→ **Instructions for the task**
In the entries below, which lines run from the one containing "f 176 83 84" to the one containing "f 142 198 139"? Copy exactly those lines, ends included, and no others.

→ **Source information**
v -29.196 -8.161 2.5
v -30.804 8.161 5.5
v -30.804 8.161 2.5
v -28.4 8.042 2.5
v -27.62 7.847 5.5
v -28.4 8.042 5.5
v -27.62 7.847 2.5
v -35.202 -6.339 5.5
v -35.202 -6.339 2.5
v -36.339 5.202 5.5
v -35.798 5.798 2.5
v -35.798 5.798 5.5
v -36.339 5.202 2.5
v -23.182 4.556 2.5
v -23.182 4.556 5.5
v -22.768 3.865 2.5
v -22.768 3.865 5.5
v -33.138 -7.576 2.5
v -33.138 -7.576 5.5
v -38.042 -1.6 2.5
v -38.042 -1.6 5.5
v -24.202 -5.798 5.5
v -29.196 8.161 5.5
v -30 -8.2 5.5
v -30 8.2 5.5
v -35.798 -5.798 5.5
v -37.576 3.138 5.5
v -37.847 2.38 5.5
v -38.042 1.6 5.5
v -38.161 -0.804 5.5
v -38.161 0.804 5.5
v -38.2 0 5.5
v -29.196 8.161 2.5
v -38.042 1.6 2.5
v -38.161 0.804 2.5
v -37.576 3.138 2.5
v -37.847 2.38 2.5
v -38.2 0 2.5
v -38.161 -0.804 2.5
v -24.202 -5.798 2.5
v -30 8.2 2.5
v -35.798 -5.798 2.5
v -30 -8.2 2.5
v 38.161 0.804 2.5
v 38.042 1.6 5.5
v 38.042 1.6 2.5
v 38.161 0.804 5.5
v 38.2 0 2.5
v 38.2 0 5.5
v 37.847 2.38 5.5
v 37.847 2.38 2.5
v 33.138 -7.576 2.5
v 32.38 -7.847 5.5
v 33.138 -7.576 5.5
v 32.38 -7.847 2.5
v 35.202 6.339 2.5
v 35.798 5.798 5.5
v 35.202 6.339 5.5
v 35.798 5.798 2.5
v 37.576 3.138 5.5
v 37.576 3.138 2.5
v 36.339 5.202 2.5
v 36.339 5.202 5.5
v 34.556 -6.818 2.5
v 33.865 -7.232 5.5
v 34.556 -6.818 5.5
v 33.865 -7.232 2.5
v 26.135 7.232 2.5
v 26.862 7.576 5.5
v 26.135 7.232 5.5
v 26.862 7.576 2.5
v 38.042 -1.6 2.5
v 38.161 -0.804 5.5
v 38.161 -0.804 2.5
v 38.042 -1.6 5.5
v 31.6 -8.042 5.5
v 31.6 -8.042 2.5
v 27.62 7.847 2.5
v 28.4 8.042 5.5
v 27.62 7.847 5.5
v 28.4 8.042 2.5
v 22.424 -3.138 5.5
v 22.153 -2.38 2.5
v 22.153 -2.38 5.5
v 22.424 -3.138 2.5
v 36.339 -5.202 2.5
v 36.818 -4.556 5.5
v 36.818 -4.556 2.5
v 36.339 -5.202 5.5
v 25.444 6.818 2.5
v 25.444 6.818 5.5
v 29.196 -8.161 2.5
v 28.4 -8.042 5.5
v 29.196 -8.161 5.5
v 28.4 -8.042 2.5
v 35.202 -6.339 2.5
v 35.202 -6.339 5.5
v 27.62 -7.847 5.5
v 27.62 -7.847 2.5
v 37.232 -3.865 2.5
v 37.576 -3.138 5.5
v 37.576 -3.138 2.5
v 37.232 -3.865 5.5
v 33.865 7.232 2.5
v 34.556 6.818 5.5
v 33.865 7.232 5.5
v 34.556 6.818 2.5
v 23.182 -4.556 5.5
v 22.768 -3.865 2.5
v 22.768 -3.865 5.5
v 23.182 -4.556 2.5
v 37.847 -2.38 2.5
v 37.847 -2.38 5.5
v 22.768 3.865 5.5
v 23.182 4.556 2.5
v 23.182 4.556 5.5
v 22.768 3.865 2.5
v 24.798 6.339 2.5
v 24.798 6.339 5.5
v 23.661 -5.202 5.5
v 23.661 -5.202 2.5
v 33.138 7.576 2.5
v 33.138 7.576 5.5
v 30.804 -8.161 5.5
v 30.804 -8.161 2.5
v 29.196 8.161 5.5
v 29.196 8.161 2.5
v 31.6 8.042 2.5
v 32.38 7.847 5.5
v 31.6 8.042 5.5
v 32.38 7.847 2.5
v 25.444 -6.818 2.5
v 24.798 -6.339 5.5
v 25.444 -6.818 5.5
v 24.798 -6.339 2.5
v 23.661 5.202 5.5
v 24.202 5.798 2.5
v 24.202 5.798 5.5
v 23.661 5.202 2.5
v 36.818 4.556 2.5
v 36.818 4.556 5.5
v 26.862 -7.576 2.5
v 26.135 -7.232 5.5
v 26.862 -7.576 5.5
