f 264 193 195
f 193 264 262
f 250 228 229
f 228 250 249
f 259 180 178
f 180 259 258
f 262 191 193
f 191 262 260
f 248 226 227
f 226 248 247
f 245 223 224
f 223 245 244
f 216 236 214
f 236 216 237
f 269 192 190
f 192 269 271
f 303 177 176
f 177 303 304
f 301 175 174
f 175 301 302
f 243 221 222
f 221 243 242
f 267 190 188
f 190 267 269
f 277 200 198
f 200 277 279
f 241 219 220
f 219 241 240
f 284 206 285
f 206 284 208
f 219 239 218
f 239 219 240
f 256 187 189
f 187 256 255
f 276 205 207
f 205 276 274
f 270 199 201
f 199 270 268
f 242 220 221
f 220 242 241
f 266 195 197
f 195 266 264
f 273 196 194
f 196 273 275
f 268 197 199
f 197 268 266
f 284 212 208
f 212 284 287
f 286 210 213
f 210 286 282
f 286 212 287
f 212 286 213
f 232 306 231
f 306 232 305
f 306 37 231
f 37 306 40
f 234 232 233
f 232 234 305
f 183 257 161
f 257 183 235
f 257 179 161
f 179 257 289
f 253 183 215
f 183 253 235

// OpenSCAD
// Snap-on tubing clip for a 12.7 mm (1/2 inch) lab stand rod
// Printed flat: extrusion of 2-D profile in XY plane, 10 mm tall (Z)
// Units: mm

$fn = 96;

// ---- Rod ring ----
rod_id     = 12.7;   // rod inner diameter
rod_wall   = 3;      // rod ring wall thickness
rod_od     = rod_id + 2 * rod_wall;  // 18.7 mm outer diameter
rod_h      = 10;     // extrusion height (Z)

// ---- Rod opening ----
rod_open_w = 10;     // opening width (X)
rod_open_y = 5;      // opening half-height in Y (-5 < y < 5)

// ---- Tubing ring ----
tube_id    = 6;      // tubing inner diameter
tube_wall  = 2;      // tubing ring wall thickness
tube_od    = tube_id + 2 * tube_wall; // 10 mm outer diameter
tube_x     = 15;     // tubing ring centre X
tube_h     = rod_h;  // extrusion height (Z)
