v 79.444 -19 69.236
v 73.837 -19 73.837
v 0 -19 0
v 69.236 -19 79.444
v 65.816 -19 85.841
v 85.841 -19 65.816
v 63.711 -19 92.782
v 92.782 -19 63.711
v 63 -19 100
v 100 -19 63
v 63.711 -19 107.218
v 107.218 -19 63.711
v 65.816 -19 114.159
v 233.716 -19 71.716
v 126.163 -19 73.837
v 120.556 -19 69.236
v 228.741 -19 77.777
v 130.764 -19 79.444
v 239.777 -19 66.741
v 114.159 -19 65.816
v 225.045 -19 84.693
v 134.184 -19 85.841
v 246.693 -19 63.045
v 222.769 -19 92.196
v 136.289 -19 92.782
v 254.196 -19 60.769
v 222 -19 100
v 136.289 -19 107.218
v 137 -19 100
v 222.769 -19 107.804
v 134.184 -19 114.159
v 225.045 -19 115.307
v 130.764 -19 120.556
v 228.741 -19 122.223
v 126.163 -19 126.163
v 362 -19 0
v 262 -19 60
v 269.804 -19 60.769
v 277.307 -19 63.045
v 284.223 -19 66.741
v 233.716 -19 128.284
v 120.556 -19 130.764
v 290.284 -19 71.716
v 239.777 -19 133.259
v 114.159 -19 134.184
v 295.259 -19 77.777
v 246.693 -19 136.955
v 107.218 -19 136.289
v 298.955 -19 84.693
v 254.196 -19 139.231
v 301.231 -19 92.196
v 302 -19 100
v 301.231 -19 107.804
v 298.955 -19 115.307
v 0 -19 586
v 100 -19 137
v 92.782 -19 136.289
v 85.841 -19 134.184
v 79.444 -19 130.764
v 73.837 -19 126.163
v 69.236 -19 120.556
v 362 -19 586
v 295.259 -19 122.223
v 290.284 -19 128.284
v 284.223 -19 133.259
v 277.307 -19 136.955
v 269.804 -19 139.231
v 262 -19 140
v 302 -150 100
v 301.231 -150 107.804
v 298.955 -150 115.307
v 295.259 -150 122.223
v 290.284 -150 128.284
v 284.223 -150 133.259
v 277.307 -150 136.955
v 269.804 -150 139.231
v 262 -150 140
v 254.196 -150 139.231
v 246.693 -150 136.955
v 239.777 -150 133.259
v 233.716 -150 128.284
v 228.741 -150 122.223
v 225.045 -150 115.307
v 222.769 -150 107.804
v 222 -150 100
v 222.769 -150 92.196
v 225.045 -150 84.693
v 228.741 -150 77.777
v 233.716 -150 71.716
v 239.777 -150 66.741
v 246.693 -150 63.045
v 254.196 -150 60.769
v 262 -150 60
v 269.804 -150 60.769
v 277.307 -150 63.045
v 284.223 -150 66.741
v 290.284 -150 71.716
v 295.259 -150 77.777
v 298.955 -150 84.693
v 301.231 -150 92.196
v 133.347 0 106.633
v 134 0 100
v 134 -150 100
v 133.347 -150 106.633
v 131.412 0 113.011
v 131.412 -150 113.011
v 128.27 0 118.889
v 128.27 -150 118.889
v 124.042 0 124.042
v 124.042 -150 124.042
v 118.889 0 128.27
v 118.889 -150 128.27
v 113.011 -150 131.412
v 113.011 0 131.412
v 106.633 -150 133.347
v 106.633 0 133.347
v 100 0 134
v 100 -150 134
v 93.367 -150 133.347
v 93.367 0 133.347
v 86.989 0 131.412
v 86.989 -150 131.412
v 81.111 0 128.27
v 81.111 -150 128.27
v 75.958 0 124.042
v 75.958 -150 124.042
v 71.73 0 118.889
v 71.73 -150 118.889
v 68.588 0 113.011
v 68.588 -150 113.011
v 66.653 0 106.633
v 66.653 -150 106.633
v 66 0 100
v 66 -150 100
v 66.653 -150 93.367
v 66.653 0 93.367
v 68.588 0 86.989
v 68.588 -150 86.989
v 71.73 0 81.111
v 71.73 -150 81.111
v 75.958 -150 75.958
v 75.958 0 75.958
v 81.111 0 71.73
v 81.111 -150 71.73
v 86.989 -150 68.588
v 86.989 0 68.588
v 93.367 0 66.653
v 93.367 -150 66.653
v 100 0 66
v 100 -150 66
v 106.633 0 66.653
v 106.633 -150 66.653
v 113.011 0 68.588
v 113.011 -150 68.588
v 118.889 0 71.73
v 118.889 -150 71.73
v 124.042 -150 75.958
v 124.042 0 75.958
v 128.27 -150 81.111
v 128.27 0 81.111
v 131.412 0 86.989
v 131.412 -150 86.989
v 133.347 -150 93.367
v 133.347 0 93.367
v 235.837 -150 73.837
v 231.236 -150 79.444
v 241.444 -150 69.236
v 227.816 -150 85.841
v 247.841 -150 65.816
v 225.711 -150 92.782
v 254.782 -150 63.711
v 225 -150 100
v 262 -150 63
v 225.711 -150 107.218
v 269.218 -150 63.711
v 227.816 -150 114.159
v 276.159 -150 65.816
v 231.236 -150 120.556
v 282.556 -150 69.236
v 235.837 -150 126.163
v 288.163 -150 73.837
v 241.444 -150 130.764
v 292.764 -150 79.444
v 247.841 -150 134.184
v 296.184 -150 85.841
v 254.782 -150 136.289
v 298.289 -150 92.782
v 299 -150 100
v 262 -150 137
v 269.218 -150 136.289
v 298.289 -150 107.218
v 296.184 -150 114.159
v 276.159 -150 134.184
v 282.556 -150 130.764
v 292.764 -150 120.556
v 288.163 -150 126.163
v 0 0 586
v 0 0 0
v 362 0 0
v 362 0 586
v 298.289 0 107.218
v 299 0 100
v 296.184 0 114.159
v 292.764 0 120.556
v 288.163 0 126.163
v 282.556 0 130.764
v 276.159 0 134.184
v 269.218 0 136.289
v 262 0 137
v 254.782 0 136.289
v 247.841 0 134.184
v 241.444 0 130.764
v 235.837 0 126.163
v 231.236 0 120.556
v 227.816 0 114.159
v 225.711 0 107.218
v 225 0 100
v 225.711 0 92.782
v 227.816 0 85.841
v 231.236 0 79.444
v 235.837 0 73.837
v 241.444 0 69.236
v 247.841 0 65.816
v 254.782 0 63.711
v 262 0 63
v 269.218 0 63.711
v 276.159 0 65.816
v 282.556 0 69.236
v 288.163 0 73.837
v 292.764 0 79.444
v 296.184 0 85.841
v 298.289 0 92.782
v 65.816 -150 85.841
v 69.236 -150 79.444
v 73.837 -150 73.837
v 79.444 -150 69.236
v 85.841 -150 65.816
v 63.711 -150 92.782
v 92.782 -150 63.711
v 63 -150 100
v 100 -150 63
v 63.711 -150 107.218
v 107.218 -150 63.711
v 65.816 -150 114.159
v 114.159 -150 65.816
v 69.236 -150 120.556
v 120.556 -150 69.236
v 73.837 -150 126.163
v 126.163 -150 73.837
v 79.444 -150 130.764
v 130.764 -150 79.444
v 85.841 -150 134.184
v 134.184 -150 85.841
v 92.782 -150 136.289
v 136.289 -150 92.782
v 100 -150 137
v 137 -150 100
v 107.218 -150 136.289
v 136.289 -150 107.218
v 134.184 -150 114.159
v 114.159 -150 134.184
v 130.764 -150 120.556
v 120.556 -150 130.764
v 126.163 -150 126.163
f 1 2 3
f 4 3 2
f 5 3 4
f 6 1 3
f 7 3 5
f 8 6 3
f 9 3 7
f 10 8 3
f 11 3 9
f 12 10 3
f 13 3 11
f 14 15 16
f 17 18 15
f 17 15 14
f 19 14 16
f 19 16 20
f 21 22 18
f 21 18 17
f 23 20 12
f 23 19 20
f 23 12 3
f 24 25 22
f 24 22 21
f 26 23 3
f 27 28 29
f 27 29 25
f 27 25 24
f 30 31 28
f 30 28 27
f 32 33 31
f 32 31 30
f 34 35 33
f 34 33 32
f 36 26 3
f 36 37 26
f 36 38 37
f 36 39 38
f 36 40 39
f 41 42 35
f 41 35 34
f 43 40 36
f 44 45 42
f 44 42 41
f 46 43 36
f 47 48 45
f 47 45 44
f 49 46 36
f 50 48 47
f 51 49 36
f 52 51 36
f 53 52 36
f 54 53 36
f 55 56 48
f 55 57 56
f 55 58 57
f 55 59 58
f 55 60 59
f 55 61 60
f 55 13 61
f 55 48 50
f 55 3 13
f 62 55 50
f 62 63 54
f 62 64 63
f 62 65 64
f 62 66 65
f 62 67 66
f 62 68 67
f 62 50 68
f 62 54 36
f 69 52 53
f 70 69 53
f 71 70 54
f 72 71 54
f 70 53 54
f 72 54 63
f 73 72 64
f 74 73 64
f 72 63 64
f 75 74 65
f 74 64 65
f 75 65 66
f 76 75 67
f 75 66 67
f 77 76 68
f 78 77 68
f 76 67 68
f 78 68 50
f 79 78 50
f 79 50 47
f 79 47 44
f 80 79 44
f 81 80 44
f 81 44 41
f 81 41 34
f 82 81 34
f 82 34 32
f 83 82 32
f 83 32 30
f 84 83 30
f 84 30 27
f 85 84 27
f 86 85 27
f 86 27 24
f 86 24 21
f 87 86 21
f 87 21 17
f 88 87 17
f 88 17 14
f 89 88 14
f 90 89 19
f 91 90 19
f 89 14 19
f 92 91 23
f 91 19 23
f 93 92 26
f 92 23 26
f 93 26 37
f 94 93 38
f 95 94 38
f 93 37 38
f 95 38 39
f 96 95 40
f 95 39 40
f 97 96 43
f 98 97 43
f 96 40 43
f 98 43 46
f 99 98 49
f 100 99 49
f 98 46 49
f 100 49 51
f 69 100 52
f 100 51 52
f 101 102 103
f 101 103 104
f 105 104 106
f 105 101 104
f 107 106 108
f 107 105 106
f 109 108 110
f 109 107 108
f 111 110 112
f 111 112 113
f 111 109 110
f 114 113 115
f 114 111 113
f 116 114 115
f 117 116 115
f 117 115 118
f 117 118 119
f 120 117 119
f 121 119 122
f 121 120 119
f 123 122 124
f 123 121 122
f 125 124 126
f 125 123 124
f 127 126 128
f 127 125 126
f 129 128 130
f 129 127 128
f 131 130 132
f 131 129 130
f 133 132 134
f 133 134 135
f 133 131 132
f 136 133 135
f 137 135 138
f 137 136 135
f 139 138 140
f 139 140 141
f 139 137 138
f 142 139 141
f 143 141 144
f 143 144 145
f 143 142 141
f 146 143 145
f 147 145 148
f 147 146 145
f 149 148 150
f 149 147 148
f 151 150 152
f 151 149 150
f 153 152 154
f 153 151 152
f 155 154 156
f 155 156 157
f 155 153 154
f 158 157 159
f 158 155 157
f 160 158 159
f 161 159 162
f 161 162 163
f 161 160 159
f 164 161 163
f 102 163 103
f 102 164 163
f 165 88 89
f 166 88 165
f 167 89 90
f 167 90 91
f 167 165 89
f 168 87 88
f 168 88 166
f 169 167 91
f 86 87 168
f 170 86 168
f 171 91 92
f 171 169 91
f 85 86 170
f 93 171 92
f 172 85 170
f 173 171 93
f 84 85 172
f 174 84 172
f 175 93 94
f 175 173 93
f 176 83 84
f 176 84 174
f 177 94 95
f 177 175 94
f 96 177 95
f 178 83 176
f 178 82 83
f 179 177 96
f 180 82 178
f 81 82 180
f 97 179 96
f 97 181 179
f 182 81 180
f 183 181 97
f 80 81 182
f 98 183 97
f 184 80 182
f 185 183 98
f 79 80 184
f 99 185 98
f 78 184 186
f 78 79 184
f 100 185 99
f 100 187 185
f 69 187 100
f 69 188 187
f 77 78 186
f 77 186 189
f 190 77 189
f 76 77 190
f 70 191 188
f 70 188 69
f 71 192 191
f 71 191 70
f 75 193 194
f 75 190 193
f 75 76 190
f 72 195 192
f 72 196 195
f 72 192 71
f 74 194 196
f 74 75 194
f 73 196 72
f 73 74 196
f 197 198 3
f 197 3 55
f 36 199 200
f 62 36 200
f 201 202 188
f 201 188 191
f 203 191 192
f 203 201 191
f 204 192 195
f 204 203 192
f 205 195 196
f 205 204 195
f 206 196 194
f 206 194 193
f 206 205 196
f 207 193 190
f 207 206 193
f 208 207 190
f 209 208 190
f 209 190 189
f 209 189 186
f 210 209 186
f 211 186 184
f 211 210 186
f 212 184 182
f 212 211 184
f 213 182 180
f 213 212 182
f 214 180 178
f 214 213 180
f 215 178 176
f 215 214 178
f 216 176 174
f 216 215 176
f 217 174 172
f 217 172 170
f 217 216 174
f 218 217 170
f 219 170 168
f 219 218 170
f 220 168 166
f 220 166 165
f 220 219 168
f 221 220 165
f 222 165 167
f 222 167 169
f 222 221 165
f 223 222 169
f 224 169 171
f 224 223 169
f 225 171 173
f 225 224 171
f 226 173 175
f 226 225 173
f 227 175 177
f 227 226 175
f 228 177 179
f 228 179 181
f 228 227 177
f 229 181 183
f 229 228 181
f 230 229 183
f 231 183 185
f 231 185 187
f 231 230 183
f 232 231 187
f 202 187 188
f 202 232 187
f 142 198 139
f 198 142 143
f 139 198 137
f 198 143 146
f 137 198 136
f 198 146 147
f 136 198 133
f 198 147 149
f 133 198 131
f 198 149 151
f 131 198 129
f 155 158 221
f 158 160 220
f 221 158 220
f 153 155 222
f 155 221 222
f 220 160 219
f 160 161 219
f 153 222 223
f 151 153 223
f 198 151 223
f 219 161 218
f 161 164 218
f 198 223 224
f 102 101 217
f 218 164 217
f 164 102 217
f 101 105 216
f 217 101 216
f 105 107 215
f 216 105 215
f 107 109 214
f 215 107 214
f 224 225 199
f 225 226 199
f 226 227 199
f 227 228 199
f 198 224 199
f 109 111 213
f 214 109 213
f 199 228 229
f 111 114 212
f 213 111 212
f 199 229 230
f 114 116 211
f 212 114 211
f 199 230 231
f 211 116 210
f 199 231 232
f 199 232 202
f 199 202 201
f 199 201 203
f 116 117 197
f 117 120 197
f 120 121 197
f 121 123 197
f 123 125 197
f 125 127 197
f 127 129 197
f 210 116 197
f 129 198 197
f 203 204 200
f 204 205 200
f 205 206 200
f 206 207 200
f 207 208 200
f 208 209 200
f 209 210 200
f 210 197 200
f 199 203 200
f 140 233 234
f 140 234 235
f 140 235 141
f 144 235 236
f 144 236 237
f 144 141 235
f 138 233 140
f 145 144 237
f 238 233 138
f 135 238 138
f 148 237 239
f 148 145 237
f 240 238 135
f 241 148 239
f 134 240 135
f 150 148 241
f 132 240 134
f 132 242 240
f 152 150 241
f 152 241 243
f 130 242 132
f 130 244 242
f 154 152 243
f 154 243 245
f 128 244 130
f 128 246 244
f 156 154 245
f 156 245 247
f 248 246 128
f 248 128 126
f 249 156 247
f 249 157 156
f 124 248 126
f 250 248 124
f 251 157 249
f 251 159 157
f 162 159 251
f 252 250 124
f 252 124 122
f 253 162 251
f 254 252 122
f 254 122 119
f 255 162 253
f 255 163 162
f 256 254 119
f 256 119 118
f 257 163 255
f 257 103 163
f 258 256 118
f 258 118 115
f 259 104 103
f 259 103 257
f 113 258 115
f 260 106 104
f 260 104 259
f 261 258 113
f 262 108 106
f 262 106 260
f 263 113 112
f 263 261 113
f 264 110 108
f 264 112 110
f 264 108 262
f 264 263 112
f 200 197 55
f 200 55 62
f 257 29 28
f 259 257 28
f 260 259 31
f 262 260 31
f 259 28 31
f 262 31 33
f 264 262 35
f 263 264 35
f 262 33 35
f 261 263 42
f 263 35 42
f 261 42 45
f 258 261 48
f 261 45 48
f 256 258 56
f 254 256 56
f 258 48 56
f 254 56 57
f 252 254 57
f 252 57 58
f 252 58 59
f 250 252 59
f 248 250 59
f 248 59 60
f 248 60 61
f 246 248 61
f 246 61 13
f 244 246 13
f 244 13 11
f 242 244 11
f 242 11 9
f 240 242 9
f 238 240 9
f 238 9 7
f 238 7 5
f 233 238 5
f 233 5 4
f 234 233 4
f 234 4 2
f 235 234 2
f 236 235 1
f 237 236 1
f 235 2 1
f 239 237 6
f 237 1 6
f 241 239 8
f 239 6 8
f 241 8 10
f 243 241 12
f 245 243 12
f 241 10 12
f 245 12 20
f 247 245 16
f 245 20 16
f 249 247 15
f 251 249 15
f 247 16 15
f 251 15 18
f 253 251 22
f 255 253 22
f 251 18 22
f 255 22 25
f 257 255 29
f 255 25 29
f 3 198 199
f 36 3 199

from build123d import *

# Parameters (mm, degrees)
F0_W     = 362
F0_H     = 586
F0_R     = 37
F0_R_2   = 40
F1_DEPTH = 19
F2_DEPTH = 150
F0_R_3   = 34
F3_DEPTH = 150


with BuildPart() as f1:
    # F0 (on Front) → F1 (new body)
    with BuildSketch(Plane.XZ):
        with Locations((181, 293)):
            Rectangle(F0_W, F0_H)
        with Locations((100, 100)):
            Circle(F0_R, mode=Mode.SUBTRACT)
        with Locations((262, 100)):
            Circle(F0_R_2, mode=Mode.SUBTRACT)
    extrude(amount=F1_DEPTH)

    # F0 (on Front) → F2 (join)
    with BuildSketch(Plane.XZ):
        with Locations((262, 100)):
            Circle(F0_R_2)
        with Locations((262, 100)):
            Circle(F0_R, mode=Mode.SUBTRACT)
    extrude(amount=F2_DEPTH)

    # F0 (on Front) → F3 (join)
    with BuildSketch(Plane.XZ):
        with Locations((100, 100)):
            Circle(F0_R)
        with Locations((100, 100)):
            Circle(F0_R_3, mode=Mode.SUBTRACT)
    extrude(amount=F3_DEPTH)


solid = f1.part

→ **Written answer**
f 176 83 84
f 176 84 174
f 177 94 95
f 177 175 94
f 96 177 95
f 178 83 176
f 178 82 83
f 179 177 96
f 180 82 178
f 81 82 180
f 97 179 96
f 97 181 179
f 182 81 180
f 183 181 97
f 80 81 182
f 98 183 97
f 184 80 182
f 185 183 98
f 79 80 184
f 99 185 98
f 78 184 186
f 78 79 184
f 100 185 99
f 100 187 185
f 69 187 100
f 69 188 187
f 77 78 186
f 77 186 189
f 190 77 189
f 76 77 190
f 70 191 188
f 70 188 69
f 71 192 191
f 71 191 70
f 75 193 194
f 75 190 193
f 75 76 190
f 72 195 192
f 72 196 195
f 72 192 71
f 74 194 196
f 74 75 194
f 73 196 72
f 73 74 196
f 197 198 3
f 197 3 55
f 36 199 200
f 62 36 200
f 201 202 188
f 201 188 191
f 203 191 192
f 203 201 191
f 204 192 195
f 204 203 192
f 205 195 196
f 205 204 195
f 206 196 194
f 206 194 193
f 206 205 196
f 207 193 190
f 207 206 193
f 208 207 190
f 209 208 190
f 209 190 189
f 209 189 186
f 210 209 186
f 211 186 184
f 211 210 186
f 212 184 182
f 212 211 184
f 213 182 180
f 213 212 182
f 214 180 178
f 214 213 180
f 215 178 176
f 215 214 178
f 216 176 174
f 216 215 176
f 217 174 172
f 217 172 170
f 217 216 174
f 218 217 170
f 219 170 168
f 219 218 170
f 220 168 166
f 220 166 165
f 220 219 168
f 221 220 165
f 222 165 167
f 222 167 169
f 222 221 165
f 223 222 169
f 224 169 171
f 224 223 169
f 225 171 173
f 225 224 171
f 226 173 175
f 226 225 173
f 227 175 177
f 227 226 175
f 228 177 179
f 228 179 181
f 228 227 177
f 229 181 183
f 229 228 181
f 230 229 183
f 231 183 185
f 231 185 187
f 231 230 183
f 232 231 187
f 202 187 188
f 202 232 187
f 142 198 139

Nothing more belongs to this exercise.